*TASK OBJECTIVE*.
In the data that follows, find the line with "f 517 281 521"; transcribe it, every later line up to the one with "f 259 472 261", and that line as well, exactly and with no others.

*THE RECORDS*.
____________________

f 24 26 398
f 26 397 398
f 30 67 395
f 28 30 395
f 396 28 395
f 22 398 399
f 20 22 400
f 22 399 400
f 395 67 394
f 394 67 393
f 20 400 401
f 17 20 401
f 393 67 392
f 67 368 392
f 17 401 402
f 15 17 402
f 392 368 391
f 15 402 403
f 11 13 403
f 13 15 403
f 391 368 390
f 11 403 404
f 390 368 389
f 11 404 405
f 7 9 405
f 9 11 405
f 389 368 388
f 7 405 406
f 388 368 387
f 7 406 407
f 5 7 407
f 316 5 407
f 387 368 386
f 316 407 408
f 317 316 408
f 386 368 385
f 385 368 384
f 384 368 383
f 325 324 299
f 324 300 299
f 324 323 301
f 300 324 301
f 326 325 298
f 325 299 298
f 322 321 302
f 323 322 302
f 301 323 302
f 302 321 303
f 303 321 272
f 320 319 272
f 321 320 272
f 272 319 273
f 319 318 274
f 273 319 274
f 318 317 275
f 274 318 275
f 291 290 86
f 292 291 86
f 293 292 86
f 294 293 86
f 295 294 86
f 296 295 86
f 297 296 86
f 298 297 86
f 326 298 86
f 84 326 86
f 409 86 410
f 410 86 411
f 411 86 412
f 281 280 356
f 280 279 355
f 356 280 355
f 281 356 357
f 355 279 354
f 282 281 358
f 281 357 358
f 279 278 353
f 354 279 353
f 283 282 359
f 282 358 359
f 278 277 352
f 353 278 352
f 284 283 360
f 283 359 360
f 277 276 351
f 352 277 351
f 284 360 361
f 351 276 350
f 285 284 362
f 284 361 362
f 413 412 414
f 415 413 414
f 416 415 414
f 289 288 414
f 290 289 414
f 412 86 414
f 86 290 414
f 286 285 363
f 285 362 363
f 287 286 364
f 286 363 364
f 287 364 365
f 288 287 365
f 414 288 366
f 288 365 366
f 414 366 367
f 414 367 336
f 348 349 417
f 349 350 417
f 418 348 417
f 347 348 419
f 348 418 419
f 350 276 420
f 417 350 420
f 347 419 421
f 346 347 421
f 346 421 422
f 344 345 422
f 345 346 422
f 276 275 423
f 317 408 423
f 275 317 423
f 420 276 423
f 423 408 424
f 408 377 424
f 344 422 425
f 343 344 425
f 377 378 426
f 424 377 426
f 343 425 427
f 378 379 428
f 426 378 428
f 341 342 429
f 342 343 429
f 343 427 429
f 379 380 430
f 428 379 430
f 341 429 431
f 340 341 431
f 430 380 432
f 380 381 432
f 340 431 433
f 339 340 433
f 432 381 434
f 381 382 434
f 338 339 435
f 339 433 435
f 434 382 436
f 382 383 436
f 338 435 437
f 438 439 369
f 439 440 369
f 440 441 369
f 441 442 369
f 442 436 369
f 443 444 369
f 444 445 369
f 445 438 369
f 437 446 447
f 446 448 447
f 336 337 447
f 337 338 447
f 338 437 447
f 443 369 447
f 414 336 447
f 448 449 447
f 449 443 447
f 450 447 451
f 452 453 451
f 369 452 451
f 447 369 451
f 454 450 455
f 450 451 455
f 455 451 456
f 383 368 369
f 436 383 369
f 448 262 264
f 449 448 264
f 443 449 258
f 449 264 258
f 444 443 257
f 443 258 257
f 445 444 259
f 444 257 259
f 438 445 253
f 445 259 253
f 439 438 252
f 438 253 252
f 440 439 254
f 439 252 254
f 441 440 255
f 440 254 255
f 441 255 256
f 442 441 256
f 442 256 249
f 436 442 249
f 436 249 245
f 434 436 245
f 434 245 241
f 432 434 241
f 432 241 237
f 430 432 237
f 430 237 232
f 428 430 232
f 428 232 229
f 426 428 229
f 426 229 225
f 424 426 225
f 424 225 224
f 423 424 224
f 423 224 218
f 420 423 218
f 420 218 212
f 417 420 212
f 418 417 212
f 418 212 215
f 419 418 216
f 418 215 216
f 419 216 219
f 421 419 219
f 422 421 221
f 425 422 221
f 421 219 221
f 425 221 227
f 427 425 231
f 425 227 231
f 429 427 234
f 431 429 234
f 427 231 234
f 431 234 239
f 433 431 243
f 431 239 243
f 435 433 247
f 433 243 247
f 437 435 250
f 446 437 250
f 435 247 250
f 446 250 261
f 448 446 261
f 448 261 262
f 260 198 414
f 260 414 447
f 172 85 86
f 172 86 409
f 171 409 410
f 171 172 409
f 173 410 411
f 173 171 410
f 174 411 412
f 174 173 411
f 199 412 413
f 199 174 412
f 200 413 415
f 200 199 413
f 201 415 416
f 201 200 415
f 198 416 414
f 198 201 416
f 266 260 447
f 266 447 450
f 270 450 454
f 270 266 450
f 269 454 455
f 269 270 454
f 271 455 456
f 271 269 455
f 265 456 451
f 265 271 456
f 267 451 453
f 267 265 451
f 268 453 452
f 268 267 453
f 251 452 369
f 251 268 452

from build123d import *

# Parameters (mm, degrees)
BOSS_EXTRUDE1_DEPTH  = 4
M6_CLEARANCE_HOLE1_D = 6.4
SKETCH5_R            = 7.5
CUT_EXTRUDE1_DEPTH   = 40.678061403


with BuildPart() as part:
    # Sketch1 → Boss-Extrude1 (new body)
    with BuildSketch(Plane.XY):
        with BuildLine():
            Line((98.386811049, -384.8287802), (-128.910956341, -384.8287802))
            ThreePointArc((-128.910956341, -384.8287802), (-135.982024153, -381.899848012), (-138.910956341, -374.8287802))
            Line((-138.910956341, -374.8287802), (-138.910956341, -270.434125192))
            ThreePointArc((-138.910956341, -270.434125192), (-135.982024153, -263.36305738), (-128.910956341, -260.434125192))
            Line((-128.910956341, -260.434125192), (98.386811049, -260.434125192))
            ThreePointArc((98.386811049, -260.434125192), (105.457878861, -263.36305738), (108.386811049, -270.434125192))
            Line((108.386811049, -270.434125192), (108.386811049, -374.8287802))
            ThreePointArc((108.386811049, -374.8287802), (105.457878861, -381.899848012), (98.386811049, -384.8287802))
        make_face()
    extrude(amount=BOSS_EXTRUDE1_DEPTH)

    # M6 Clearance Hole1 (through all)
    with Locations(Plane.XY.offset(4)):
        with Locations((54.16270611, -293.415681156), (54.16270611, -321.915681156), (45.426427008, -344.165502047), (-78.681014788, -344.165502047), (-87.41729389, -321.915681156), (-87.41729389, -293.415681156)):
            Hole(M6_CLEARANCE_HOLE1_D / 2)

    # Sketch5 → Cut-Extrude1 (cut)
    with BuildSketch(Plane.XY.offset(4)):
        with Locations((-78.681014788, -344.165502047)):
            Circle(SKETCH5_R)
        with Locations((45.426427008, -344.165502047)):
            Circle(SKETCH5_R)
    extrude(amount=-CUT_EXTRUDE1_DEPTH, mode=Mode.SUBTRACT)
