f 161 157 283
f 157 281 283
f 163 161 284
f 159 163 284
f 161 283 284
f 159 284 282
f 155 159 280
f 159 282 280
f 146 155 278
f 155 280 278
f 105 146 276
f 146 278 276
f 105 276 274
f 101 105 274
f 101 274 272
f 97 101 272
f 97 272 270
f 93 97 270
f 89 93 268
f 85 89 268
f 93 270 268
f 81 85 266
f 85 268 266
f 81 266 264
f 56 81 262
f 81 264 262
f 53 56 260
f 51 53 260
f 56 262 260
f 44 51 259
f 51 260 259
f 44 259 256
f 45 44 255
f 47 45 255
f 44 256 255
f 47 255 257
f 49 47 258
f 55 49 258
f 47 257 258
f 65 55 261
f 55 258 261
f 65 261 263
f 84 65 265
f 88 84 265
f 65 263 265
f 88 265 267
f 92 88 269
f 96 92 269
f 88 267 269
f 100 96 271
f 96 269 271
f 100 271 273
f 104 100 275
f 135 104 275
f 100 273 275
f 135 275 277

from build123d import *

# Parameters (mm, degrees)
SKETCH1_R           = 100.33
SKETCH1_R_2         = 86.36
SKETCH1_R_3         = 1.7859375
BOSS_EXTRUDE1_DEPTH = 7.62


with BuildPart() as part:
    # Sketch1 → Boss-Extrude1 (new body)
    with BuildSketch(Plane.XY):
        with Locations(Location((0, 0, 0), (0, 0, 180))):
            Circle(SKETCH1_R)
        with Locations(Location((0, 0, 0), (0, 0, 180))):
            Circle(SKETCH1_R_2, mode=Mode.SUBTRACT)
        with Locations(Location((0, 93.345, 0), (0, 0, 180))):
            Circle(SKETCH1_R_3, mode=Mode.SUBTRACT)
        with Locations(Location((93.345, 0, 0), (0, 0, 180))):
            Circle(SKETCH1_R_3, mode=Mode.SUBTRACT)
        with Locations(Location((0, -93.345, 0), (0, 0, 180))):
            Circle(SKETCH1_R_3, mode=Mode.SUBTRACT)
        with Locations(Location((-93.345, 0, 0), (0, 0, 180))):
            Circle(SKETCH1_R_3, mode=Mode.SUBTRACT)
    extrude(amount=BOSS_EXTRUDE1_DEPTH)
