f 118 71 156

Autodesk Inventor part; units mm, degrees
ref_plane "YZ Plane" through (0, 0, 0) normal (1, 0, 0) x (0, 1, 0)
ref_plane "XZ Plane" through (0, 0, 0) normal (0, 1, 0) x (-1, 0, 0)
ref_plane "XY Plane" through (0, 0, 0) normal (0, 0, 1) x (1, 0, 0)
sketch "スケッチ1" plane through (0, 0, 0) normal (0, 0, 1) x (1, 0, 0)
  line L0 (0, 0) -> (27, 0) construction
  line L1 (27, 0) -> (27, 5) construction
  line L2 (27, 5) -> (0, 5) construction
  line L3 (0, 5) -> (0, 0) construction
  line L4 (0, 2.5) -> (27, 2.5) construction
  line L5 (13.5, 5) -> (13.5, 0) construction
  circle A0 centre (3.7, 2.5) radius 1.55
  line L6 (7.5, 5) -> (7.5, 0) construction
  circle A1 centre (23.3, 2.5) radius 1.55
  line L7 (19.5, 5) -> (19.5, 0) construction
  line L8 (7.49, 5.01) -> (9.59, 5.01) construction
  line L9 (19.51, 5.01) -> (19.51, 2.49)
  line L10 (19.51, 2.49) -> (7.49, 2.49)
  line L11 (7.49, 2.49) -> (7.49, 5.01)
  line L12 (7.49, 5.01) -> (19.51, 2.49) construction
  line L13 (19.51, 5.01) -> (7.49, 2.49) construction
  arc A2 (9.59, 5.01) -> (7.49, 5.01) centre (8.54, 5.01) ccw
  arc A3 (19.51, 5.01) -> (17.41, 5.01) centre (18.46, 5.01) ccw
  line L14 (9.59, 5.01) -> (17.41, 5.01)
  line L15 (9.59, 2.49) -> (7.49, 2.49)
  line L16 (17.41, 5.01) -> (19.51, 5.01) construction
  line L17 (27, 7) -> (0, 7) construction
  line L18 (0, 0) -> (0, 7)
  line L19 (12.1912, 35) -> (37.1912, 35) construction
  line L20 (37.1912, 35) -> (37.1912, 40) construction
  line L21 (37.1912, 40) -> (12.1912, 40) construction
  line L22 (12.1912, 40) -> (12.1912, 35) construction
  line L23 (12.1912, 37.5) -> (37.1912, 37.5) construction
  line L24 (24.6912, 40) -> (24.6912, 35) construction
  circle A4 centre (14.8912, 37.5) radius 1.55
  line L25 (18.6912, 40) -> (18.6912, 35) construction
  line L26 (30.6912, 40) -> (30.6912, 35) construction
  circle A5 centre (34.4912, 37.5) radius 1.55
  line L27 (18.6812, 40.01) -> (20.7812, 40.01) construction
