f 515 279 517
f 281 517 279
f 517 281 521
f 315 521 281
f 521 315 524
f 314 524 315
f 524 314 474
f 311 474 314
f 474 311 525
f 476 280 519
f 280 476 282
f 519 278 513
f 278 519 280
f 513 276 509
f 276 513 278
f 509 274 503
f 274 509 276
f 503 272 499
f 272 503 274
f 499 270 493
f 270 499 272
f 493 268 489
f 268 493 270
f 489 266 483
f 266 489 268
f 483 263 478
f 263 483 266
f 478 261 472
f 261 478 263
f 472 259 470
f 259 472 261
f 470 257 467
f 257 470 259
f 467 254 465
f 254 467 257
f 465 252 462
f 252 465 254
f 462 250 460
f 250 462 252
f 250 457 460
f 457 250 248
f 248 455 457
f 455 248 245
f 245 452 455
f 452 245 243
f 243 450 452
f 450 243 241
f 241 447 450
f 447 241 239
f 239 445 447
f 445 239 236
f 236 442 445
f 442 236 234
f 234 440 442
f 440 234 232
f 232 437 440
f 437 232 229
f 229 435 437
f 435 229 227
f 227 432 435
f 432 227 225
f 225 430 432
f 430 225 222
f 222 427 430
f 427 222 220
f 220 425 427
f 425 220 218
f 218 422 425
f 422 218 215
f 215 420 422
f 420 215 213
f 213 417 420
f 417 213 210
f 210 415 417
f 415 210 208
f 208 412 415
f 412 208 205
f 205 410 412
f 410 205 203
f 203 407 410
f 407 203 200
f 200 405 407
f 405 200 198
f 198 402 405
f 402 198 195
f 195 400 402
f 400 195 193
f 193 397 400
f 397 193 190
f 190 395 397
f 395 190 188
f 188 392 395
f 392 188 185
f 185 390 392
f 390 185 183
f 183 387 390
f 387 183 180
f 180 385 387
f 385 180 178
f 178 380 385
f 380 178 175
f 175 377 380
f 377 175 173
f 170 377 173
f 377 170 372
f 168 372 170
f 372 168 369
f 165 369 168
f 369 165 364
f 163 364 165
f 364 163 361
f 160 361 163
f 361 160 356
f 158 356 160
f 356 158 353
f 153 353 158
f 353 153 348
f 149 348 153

____________________

*EXPECTED OUTPUT*.
f 517 281 521
f 315 521 281
f 521 315 524
f 314 524 315
f 524 314 474
f 311 474 314
f 474 311 525
f 476 280 519
f 280 476 282
f 519 278 513
f 278 519 280
f 513 276 509
f 276 513 278
f 509 274 503
f 274 509 276
f 503 272 499
f 272 503 274
f 499 270 493
f 270 499 272
f 493 268 489
f 268 493 270
f 489 266 483
f 266 489 268
f 483 263 478
f 263 483 266
f 478 261 472
f 261 478 263
f 472 259 470
f 259 472 261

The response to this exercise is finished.